First, let us explain the flow of information. Personal vehicle purchasers 23 and vehicle operators 26 provide driving data to the data management department 27. Vehicle provision service providers 24 obtain driving data from vehicles used by vehicle users 25 and provide it to the data management department 27. The data management department 27 aggregates, analyzes, and processes the driving data provided by each player to create learning data 20. The created learning data 20 is provided to the system design department 28. The system design department 28 uses the provided learning data 20 to create update data for the vehicle control system 1 installed in each vehicle. The created update data is provided to personal vehicle purchasers 23, vehicle provision service providers 24, and vehicle operators 26 using means such as OTA.

Next, we will explain the value each player receives from the service. By receiving update data from the system design department 28, personal vehicle purchasers 23 can enjoy the value of improved safety for their vehicles. Furthermore, vehicle provision service providers 24 and vehicle operation companies 26 can enjoy the value of improved vehicle safety as well as improved vehicle uptime due to a reduction in vehicle malfunctions. Vehicle users 25 can receive improved vehicle provision services with reduced vehicle malfunctions as well as improved vehicle safety. The system design department 28 can improve its market competitiveness by utilizing the learning data 20 to improve its products.
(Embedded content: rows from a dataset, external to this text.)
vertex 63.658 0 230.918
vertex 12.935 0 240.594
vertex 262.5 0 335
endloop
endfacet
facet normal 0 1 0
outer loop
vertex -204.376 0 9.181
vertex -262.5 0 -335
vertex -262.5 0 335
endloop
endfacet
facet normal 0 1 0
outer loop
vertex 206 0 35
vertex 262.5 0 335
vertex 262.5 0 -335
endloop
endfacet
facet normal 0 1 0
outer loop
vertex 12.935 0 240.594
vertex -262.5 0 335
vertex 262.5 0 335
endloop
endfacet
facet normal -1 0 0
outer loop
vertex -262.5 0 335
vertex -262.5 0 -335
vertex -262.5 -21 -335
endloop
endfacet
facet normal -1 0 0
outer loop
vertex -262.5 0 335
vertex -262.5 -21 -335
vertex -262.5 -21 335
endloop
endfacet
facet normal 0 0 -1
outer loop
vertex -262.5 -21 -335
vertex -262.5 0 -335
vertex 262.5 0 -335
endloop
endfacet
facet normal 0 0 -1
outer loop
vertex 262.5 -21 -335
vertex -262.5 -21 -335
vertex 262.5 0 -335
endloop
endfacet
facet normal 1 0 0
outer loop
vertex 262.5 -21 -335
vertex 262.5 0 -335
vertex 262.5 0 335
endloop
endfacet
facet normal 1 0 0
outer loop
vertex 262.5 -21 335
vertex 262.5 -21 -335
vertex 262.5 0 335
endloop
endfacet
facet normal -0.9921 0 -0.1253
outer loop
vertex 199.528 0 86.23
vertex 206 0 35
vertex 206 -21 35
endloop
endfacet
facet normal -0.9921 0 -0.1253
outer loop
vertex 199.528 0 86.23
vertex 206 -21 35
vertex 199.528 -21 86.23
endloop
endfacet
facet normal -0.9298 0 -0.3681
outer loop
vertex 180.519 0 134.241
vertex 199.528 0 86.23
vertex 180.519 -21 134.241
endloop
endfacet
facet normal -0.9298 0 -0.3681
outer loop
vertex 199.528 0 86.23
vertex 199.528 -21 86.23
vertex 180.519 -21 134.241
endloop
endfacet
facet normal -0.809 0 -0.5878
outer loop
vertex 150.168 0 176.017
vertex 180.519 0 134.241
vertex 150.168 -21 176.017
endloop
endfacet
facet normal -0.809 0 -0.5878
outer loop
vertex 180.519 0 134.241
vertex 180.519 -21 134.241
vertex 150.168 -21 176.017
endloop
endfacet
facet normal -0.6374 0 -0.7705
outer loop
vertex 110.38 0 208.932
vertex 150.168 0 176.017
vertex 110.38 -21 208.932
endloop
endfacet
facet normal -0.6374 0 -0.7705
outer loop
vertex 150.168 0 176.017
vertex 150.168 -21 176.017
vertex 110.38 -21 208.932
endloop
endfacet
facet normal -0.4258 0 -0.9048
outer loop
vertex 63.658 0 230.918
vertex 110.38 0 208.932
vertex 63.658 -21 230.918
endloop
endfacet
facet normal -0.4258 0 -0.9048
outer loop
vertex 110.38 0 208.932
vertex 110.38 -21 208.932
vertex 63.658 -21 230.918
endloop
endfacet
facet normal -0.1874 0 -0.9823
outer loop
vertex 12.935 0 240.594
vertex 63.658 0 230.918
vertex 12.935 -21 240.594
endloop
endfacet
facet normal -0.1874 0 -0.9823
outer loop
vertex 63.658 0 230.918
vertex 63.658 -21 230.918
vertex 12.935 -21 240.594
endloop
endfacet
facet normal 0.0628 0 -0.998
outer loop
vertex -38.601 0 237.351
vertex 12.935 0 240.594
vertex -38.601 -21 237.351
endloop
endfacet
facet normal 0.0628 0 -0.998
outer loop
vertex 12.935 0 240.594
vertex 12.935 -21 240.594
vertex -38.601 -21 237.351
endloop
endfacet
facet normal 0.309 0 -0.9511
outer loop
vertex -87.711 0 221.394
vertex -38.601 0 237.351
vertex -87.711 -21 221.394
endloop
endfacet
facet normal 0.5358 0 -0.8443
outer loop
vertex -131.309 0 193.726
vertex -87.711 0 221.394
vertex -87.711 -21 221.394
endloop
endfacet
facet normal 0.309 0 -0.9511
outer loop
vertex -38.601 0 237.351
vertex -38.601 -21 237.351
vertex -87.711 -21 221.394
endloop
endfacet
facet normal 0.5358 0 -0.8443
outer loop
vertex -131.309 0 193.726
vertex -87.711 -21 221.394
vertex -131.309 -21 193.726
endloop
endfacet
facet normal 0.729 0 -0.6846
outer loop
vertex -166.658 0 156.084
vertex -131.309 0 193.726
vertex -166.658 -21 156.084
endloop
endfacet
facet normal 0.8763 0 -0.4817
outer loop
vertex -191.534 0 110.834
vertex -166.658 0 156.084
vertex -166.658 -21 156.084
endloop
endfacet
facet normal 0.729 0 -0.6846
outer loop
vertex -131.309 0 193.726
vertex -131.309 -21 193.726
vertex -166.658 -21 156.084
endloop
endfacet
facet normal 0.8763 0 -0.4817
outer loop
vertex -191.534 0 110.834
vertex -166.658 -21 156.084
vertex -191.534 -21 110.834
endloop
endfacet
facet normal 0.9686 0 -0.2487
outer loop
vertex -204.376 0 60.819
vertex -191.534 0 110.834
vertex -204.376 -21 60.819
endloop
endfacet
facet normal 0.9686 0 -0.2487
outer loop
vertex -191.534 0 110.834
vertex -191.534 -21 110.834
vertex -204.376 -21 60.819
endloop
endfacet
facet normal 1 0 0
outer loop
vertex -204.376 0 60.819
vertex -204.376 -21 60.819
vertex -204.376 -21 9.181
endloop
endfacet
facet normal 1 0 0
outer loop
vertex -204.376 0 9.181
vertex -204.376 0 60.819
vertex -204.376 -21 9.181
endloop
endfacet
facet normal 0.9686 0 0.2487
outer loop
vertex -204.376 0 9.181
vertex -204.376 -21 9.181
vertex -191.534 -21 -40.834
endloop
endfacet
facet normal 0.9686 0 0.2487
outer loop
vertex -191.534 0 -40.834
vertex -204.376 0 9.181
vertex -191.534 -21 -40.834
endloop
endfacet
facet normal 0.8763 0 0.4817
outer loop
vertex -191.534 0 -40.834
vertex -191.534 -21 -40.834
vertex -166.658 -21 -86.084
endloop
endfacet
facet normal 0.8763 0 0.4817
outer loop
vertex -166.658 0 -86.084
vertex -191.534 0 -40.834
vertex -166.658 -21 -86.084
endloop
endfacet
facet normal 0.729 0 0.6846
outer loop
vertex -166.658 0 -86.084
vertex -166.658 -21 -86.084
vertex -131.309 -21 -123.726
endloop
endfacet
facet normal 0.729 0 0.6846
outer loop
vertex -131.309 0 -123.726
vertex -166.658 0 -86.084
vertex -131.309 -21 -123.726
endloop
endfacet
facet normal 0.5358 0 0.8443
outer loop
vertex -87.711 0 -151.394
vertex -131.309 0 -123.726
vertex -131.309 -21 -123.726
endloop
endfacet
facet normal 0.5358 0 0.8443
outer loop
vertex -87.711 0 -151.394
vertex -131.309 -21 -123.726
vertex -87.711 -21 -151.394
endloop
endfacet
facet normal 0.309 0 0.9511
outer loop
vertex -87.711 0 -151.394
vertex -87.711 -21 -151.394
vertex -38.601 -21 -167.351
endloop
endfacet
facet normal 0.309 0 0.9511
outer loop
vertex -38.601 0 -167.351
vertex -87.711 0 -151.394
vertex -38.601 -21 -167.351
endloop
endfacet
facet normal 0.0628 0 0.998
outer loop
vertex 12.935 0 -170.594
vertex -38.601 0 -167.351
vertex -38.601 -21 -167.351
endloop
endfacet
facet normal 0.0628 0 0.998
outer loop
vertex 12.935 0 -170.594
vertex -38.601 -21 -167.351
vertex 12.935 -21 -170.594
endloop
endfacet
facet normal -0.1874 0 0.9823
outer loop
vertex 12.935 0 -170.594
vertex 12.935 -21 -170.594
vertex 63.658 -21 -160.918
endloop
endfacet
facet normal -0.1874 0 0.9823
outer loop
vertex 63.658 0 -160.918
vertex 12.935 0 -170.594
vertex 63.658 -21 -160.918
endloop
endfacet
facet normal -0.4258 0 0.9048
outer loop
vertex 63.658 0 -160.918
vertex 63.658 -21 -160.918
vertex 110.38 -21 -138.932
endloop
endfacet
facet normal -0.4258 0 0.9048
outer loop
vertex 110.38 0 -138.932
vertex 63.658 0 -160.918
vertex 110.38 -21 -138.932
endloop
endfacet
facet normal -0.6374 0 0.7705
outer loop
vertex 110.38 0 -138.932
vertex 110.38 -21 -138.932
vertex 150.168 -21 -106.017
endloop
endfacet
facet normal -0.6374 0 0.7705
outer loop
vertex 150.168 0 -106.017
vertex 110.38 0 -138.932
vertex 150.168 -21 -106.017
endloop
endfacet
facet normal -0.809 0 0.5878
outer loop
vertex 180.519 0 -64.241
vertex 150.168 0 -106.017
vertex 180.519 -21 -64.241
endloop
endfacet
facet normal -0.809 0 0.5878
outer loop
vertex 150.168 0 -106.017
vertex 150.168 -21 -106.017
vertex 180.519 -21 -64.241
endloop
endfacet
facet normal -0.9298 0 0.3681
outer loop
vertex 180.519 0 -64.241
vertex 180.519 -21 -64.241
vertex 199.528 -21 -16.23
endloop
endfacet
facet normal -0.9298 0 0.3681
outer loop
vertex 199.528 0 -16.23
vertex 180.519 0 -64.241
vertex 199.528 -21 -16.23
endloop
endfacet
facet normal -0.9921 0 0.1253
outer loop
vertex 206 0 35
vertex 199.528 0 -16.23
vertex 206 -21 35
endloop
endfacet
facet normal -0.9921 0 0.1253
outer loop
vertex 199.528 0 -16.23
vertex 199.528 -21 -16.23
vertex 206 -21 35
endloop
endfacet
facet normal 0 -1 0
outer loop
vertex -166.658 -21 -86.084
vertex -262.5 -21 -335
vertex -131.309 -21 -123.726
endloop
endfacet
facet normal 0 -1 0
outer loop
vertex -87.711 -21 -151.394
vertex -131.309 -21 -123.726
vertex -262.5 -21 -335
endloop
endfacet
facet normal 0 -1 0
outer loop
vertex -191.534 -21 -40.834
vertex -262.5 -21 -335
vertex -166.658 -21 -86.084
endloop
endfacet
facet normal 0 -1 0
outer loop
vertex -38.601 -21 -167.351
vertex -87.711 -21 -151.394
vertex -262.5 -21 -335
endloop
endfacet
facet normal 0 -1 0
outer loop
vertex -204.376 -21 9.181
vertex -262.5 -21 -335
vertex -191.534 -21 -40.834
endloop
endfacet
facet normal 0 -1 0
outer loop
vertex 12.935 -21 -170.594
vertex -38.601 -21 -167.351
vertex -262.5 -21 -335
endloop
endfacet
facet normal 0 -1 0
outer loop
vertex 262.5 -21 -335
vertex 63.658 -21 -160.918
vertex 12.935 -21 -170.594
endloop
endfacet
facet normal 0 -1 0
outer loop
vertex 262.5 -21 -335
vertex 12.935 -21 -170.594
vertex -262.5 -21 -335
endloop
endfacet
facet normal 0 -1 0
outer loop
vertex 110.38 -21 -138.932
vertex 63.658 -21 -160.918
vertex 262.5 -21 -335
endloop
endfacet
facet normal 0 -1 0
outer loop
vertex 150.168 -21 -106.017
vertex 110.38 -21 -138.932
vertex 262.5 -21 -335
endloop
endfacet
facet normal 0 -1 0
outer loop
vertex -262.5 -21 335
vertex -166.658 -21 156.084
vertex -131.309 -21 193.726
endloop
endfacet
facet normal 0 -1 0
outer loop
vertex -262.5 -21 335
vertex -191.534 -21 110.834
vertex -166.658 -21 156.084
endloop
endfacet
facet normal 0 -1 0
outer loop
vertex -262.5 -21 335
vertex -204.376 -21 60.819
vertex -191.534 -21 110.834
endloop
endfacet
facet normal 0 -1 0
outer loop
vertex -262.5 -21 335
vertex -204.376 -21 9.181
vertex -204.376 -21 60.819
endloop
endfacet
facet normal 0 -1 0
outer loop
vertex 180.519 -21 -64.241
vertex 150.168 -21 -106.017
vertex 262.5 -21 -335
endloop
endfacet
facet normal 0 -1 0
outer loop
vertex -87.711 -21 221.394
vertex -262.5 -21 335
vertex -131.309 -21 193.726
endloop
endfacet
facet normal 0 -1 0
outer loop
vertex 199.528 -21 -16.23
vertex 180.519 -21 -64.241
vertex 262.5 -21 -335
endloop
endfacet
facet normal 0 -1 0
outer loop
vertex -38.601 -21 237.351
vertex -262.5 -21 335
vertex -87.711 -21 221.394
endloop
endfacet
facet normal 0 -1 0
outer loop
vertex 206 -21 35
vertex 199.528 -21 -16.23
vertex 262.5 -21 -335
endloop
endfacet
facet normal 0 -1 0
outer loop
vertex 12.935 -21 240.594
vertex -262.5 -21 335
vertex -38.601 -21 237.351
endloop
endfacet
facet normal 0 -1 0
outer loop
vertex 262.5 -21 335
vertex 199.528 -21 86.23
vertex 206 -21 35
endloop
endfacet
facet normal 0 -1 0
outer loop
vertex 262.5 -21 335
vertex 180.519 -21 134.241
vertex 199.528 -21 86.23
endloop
Furthermore, the provision of update data enables the provision of safe vehicles, which also improves customer trust.

Next, the configuration of the information collection unit 16 that collects information will be described using Figure 8. The information collection unit 16 includes a receiving unit 161 that receives information transmitted from the transmitting unit 15 described in Figure 6, a driving data acquisition unit 162, a mismatch check unit 163, a mismatch detection exclusion condition storage unit 164, a mismatch feature extraction unit 165, a surrounding environment information acquisition unit 166, a storage frequency designation unit 167, and a transmitting unit 168, all of which are connected by data lines 169.

The data organization flow on the cloud side having such a configuration will be described with reference to FIG.
First, the receiving unit 161 receives the driving data transmitted from the transmitting unit 15 and stored in the data storage unit 12 of the vehicle control system 1 when the judgment mismatch detection unit 9 detects a mismatch, and stores the data in the driving data acquisition unit 162 (S901).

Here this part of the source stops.